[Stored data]
·····

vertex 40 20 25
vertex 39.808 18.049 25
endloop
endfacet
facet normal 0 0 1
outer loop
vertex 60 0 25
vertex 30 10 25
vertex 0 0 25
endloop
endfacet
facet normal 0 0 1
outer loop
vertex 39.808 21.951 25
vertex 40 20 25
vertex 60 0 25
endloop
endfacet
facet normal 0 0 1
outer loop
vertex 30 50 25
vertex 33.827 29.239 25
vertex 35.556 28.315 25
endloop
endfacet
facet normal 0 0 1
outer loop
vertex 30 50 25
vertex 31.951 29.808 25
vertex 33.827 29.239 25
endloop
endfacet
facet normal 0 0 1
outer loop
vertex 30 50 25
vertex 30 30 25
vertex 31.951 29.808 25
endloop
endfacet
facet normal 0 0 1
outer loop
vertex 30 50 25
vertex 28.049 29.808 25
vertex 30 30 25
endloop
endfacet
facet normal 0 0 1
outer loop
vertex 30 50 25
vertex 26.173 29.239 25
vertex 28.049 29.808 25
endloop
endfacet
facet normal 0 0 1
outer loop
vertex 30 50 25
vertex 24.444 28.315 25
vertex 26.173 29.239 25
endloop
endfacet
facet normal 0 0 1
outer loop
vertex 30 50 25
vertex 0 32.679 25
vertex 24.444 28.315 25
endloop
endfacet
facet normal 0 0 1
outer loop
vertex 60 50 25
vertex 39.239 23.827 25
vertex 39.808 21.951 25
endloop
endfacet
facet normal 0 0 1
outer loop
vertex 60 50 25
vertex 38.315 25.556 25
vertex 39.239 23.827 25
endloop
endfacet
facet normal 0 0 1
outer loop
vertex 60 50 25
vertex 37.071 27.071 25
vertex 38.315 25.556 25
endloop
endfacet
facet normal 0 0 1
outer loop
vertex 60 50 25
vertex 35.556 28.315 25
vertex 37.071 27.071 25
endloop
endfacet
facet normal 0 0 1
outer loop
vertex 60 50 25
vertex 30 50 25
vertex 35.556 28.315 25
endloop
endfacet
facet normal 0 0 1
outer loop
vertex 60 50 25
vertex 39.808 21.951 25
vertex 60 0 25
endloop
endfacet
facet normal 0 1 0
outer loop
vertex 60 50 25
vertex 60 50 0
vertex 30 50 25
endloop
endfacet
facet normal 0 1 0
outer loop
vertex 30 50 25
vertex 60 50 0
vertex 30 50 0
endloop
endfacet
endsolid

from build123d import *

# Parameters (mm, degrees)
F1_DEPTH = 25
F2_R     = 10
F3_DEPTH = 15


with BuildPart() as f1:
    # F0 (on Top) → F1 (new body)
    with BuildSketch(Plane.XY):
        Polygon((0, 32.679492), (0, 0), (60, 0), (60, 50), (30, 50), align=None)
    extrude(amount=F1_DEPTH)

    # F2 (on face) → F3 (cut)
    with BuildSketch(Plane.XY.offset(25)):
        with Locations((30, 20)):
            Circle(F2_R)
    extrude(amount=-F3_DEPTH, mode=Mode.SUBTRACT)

·····

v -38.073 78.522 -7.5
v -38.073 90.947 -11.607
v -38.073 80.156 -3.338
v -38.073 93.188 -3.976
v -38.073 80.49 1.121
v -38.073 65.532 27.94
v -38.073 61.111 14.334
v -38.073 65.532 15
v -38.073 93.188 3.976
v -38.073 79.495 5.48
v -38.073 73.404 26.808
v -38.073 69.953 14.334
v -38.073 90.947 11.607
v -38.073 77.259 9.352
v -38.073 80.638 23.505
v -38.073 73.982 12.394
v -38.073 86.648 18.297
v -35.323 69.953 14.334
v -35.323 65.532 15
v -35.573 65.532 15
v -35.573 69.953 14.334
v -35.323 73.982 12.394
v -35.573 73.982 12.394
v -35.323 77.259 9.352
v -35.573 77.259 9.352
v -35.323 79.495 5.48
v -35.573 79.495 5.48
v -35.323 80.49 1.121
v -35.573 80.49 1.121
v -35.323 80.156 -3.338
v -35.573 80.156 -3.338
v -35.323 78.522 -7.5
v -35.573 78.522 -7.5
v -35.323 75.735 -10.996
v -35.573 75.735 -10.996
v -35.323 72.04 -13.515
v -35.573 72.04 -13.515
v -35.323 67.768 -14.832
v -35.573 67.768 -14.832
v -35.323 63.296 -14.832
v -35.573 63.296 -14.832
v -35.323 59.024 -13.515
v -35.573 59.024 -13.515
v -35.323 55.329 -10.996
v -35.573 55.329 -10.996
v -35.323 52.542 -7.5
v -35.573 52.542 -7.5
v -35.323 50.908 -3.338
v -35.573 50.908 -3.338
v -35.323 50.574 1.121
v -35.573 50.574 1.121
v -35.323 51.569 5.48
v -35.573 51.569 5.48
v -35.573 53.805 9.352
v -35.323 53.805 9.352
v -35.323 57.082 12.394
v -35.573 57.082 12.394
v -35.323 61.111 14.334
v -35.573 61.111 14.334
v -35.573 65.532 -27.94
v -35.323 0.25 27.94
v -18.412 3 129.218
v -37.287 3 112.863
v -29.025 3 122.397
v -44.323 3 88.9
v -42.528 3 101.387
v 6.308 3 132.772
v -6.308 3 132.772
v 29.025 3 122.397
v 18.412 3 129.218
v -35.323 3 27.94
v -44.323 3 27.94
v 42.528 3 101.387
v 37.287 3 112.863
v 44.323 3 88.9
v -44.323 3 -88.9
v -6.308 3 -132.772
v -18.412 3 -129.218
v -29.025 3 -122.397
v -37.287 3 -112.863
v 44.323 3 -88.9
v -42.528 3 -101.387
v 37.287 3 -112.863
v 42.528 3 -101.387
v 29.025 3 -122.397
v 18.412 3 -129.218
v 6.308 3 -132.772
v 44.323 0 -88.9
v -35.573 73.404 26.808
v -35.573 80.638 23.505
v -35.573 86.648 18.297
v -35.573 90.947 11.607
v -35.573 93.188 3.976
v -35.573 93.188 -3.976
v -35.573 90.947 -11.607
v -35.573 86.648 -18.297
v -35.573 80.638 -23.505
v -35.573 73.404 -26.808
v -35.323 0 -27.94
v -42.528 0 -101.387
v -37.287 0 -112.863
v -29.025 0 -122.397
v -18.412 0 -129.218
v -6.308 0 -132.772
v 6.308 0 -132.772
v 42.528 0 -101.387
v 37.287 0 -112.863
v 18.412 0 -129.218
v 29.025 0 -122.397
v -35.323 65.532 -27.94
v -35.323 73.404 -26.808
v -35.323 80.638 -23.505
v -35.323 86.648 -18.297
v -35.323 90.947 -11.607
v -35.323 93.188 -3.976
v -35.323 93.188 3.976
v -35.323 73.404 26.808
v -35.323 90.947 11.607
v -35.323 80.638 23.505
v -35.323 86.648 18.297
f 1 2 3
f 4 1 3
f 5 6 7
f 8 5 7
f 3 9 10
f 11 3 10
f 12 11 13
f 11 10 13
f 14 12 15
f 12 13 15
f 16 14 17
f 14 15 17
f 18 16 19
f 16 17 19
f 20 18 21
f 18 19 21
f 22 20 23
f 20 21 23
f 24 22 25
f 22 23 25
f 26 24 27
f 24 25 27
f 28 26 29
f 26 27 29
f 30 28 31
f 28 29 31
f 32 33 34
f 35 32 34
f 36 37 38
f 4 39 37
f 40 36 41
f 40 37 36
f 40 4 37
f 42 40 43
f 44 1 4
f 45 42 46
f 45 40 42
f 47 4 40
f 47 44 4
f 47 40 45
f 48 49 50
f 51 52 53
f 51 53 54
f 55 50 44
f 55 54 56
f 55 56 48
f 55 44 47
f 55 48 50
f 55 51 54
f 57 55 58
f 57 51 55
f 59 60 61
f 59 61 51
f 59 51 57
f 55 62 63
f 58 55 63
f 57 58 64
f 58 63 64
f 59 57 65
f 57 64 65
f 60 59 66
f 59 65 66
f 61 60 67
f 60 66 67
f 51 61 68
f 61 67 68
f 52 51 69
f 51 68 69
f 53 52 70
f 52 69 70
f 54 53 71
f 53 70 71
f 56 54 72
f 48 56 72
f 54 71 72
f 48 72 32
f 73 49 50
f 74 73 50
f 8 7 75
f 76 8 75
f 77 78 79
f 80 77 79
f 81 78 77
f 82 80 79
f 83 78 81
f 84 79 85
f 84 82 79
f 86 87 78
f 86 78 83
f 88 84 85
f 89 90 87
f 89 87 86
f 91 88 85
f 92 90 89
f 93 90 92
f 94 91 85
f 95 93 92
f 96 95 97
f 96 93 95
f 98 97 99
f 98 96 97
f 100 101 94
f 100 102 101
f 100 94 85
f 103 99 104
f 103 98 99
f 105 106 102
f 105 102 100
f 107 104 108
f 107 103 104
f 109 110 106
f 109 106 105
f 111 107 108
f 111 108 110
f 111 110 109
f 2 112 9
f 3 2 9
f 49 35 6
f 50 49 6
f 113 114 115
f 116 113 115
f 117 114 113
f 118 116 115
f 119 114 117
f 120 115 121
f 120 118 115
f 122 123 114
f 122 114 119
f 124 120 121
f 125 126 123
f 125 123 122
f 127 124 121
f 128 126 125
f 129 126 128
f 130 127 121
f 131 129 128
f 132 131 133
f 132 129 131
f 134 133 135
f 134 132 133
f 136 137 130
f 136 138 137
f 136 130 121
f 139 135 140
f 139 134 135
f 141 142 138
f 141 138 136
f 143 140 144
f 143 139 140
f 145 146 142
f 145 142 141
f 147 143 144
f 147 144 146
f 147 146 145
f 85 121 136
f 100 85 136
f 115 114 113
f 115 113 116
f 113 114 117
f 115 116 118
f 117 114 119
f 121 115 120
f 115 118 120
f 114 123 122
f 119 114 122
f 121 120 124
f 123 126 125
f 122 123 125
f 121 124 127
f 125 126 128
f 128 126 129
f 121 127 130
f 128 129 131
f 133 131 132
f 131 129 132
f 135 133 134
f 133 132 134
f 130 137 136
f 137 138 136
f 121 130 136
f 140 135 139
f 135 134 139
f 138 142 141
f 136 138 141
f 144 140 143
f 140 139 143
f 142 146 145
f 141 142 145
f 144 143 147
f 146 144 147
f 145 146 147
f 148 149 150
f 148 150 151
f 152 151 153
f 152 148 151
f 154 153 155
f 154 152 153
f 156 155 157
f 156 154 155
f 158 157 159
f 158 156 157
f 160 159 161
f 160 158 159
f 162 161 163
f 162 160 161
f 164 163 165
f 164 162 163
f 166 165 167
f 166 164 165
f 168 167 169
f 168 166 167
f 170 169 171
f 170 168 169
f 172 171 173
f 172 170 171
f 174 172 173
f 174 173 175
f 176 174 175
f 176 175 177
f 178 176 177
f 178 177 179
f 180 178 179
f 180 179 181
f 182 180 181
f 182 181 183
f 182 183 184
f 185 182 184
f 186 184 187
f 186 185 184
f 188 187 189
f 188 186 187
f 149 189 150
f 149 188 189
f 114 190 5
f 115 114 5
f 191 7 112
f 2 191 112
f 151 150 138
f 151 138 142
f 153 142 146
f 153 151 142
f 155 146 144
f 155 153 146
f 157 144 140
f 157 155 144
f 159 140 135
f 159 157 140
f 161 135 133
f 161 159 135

·····

EXERCISE GOAL: From the records above, pull out each line that has "extrude".

ANSWER FOR THE TASK:
    extrude(amount=F1_DEPTH)
    extrude(amount=-F3_DEPTH, mode=Mode.SUBTRACT)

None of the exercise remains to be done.